I'm a sysadmin and I managing 5 cluster of RIAK:
two of them are LXC containers on the same physical machine (3 nodes per cluster)
one of them are LXC containers located on different physical machines (6 nodes)
one of them are LXC containers located on different physical machines and XEN VMs (6 nodes)
and the last of them are VMware ESX VMs (3 nodes)
Our application works correctly on the first four clusters, but it doesn't work as we expected on the last one.

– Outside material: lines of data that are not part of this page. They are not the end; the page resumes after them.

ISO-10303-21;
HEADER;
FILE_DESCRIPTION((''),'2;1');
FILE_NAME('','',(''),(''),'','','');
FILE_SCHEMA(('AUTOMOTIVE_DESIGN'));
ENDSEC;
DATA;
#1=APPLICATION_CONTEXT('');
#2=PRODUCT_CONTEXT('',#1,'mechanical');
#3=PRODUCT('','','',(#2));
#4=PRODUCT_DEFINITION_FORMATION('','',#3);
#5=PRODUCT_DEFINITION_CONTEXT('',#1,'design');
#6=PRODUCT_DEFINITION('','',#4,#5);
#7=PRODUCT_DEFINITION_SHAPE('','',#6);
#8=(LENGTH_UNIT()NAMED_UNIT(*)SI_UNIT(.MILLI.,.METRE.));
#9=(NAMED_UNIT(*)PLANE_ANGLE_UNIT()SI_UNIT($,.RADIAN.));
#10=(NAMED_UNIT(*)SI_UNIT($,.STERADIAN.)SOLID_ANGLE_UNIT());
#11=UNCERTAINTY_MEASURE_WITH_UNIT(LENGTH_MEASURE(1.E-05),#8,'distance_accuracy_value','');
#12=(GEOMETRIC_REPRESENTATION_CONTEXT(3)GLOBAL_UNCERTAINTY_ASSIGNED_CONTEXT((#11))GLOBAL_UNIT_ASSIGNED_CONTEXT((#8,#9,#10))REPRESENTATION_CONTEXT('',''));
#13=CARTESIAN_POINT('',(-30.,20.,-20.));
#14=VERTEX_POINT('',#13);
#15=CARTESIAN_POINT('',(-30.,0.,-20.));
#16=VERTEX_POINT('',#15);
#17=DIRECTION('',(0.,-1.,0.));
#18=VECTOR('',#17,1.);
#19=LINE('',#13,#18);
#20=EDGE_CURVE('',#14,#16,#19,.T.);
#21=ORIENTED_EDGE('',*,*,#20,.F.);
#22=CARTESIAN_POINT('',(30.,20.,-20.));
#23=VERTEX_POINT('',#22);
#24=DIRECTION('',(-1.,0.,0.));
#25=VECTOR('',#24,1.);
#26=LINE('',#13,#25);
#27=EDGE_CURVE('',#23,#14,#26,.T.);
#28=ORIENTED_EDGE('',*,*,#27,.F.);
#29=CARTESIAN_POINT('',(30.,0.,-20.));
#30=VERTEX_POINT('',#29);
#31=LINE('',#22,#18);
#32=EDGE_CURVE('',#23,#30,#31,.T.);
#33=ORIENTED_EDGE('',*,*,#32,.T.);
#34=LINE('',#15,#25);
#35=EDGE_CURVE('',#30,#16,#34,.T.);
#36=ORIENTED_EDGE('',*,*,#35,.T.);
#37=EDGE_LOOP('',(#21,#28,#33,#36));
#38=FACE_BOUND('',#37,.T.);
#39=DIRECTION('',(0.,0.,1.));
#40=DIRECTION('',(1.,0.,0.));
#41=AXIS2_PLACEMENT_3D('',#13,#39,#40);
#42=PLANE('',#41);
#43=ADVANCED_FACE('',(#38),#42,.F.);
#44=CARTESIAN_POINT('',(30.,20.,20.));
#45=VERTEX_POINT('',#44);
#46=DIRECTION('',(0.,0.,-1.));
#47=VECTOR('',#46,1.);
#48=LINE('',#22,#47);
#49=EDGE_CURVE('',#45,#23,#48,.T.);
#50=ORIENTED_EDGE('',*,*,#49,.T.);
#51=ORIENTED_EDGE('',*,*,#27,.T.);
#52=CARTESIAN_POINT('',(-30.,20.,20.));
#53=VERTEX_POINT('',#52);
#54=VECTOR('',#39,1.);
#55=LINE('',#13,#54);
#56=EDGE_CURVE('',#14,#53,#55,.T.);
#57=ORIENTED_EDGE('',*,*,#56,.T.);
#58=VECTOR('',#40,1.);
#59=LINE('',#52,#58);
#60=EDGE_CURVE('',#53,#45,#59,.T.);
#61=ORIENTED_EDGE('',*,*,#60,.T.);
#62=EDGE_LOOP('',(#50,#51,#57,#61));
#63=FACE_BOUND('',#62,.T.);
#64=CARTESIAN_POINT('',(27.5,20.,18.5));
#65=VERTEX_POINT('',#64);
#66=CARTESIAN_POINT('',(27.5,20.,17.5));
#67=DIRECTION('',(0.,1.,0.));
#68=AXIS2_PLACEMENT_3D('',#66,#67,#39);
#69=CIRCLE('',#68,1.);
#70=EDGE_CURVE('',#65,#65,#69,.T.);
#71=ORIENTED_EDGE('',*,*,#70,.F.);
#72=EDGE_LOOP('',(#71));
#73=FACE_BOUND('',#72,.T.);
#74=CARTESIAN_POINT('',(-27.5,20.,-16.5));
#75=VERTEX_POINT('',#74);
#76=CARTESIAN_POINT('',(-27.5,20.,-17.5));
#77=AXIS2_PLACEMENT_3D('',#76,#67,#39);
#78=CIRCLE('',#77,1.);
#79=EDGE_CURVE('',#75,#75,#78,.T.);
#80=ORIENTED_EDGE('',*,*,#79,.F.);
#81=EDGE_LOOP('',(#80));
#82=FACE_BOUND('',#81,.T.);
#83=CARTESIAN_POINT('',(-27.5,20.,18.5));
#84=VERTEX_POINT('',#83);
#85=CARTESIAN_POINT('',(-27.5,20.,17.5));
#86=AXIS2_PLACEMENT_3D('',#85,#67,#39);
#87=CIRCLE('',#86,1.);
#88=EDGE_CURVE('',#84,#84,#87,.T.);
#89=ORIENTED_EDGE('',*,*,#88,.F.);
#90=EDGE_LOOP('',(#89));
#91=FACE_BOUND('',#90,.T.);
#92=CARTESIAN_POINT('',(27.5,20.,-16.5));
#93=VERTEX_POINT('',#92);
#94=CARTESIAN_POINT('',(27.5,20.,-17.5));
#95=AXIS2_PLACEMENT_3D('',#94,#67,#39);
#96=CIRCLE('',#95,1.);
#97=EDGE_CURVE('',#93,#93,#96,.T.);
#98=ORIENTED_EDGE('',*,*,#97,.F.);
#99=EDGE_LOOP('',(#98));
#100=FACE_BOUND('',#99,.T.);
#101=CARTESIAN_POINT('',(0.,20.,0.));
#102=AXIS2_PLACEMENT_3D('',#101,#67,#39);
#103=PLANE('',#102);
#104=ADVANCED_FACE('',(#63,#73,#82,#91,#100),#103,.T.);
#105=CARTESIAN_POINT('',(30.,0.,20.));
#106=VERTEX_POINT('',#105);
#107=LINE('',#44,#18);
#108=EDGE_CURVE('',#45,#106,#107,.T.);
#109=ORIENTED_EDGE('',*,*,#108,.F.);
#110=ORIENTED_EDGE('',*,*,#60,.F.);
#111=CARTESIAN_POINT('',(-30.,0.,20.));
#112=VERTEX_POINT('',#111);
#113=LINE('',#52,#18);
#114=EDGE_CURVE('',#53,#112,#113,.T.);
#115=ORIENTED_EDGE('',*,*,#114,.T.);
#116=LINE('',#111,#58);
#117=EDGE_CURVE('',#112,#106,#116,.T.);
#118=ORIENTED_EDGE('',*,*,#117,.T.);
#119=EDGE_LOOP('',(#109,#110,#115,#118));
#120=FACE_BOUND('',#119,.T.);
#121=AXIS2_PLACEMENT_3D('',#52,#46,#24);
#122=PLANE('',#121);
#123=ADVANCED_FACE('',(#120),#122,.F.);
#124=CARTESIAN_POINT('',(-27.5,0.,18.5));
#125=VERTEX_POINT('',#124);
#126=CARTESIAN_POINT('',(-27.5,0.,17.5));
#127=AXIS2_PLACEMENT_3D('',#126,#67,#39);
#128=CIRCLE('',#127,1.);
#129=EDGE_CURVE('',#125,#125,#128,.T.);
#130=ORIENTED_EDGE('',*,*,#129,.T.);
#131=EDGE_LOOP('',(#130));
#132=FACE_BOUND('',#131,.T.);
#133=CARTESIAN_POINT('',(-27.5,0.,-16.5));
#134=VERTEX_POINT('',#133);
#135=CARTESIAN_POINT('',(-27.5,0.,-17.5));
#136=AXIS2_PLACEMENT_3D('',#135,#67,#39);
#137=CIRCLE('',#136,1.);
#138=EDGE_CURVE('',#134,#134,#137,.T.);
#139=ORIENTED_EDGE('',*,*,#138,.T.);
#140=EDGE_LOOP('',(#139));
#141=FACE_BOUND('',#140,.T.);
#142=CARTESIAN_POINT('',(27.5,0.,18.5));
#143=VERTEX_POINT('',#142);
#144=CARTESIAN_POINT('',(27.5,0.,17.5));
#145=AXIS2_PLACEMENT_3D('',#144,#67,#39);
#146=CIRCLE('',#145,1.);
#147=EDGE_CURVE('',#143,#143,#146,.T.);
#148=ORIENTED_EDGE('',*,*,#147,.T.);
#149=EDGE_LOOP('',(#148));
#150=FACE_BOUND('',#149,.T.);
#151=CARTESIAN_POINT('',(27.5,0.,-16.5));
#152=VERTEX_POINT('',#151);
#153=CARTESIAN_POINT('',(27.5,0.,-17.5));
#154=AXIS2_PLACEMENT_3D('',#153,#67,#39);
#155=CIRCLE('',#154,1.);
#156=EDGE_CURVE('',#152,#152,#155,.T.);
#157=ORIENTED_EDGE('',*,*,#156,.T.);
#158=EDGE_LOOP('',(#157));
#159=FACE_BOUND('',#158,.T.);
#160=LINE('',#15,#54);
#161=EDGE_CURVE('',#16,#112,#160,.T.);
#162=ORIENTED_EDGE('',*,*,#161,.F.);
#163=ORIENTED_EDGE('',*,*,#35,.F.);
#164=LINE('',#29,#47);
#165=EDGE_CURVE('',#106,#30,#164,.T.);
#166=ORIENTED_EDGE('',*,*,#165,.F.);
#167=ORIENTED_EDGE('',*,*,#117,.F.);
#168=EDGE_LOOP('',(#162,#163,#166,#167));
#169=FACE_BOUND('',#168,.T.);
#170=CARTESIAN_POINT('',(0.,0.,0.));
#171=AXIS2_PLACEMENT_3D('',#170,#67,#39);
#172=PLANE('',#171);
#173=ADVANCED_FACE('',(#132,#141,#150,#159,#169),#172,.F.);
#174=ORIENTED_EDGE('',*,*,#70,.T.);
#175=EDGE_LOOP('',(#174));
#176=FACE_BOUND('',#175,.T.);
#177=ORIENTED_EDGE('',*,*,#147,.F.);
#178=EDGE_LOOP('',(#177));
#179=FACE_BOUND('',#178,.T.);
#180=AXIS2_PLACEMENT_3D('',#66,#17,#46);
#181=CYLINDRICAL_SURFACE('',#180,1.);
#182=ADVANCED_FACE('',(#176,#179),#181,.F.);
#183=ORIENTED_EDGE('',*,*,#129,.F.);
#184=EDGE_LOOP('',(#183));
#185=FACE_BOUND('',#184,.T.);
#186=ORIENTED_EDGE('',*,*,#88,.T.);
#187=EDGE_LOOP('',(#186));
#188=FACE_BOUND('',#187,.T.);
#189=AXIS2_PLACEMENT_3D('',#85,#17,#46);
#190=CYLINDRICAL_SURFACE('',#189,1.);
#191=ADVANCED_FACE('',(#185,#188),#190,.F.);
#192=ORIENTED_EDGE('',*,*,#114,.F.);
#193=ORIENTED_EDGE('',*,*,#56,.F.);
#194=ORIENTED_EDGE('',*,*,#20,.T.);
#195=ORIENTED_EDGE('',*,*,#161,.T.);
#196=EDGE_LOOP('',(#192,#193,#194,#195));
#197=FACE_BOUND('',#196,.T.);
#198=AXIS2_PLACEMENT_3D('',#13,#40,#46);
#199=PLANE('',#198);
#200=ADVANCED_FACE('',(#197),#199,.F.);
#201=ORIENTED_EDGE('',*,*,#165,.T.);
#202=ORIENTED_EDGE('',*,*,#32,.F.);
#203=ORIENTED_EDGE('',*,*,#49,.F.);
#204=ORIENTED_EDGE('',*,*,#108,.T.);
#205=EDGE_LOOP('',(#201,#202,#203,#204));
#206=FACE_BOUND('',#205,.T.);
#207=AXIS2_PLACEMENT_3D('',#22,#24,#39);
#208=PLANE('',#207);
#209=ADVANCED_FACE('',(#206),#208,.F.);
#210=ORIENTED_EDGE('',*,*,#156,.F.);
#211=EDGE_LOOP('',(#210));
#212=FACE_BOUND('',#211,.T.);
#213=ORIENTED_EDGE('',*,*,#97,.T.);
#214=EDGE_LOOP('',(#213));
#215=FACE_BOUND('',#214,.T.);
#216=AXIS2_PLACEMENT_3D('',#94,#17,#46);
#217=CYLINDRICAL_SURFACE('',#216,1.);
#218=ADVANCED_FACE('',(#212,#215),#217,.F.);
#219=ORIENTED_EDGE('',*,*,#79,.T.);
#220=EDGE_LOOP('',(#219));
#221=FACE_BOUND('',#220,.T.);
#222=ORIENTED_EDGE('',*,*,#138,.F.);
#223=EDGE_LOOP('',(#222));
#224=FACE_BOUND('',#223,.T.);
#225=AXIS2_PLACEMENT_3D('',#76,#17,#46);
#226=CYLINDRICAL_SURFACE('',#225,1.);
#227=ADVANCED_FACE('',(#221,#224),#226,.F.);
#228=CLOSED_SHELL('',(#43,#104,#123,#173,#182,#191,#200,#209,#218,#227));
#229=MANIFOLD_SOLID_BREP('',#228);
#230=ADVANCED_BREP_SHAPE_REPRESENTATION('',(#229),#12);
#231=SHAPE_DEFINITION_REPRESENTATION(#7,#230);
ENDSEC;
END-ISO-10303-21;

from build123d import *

# Parameters (mm, degrees)
SKETCH1_W           = 60
SKETCH1_H           = 40
SKETCH1_R           = 1
BOSS_EXTRUDE1_DEPTH = 20


with BuildPart() as part:
    # Sketch1 → Boss-Extrude1 (new body)
    with BuildSketch(Plane(origin=(0, 0, 0), x_dir=(1, 0, 0), z_dir=(0, 1, 0))):
        Rectangle(SKETCH1_W, SKETCH1_H)
        with Locations((-27.5, 17.5)):
            Circle(SKETCH1_R, mode=Mode.SUBTRACT)
        with Locations((27.5, 17.5)):
            Circle(SKETCH1_R, mode=Mode.SUBTRACT)
        with Locations((27.5, -17.5)):
            Circle(SKETCH1_R, mode=Mode.SUBTRACT)
        with Locations((-27.5, -17.5)):
            Circle(SKETCH1_R, mode=Mode.SUBTRACT)
    extrude(amount=BOSS_EXTRUDE1_DEPTH)


solid = part.part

When we update a key and we retrieve this key in order to write it again, it has an old value (it doesn't have the first value that we wrote), for example:
The key has: lalala
We retrieve the key, and add lololo, so it should be lalala,lololo
We retrieve the key again, and try to add lelele, so it should be now: lalala,lololo,lelele, but when we retrieve it again, we only have: lalala,lelele
In the second write action, when we retrieve the key, we obtained a key with the old value. We set r, w, pr and rw to 3 to the REST requests, but it doesn't help.
All the configuration files are very similiar and we don't have any major differences in the disk I/O and network performance of the nodes of the clusters.
Did anyone have a similar issue?
Regards.
I resolved the issue. VMware have some issues with the clocks, they were synchronized. The servers doesn't have a direct internet connection, but they can use a HTTP proxy. I installed and configured htpdate on these servers in order to synchronize theirs clocks through HTTP headers.